[Saved data entries]
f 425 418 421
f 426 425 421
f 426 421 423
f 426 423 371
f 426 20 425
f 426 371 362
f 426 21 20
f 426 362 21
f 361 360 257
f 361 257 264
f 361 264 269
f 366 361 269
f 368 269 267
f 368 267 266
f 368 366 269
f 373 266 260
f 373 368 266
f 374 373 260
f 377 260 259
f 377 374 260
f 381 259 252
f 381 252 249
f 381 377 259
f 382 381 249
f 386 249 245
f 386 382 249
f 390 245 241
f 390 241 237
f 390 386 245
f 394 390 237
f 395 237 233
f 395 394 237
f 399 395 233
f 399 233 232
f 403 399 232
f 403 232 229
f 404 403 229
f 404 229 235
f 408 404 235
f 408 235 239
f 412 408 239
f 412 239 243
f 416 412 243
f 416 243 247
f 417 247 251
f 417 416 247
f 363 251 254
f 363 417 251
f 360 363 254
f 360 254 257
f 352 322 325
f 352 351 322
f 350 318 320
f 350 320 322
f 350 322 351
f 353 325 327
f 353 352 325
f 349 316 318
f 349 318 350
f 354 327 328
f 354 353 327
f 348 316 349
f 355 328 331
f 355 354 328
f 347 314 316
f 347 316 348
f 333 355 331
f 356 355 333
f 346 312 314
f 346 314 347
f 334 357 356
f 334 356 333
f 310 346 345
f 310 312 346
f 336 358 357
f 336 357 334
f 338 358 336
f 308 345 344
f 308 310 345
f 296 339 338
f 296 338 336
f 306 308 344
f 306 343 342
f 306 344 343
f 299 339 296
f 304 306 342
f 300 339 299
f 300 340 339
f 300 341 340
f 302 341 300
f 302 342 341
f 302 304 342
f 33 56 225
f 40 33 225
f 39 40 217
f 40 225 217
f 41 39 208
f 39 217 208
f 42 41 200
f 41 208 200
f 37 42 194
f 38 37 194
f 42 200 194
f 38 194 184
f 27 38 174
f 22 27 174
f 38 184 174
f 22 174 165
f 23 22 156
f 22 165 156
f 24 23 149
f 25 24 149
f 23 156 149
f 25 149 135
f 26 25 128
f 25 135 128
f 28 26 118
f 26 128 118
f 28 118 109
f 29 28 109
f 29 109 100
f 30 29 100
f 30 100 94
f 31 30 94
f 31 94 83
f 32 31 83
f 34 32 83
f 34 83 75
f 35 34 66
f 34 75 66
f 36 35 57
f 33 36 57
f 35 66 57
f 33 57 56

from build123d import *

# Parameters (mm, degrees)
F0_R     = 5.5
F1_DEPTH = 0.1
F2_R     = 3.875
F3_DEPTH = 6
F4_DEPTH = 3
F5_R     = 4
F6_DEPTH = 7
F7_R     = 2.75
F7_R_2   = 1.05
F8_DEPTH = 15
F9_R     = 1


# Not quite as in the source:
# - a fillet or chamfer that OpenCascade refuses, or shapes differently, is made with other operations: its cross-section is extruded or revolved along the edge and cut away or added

→ PROBLEM:
Beginning at the top of the data, extract each line through the line containing "f 296 339 338" and return those lines exactly, with nothing added.

→ RESULT FOR THIS TASK:
f 425 418 421
f 426 425 421
f 426 421 423
f 426 423 371
f 426 20 425
f 426 371 362
f 426 21 20
f 426 362 21
f 361 360 257
f 361 257 264
f 361 264 269
f 366 361 269
f 368 269 267
f 368 267 266
f 368 366 269
f 373 266 260
f 373 368 266
f 374 373 260
f 377 260 259
f 377 374 260
f 381 259 252
f 381 252 249
f 381 377 259
f 382 381 249
f 386 249 245
f 386 382 249
f 390 245 241
f 390 241 237
f 390 386 245
f 394 390 237
f 395 237 233
f 395 394 237
f 399 395 233
f 399 233 232
f 403 399 232
f 403 232 229
f 404 403 229
f 404 229 235
f 408 404 235
f 408 235 239
f 412 408 239
f 412 239 243
f 416 412 243
f 416 243 247
f 417 247 251
f 417 416 247
f 363 251 254
f 363 417 251
f 360 363 254
f 360 254 257
f 352 322 325
f 352 351 322
f 350 318 320
f 350 320 322
f 350 322 351
f 353 325 327
f 353 352 325
f 349 316 318
f 349 318 350
f 354 327 328
f 354 353 327
f 348 316 349
f 355 328 331
f 355 354 328
f 347 314 316
f 347 316 348
f 333 355 331
f 356 355 333
f 346 312 314
f 346 314 347
f 334 357 356
f 334 356 333
f 310 346 345
f 310 312 346
f 336 358 357
f 336 357 334
f 338 358 336
f 308 345 344
f 308 310 345
f 296 339 338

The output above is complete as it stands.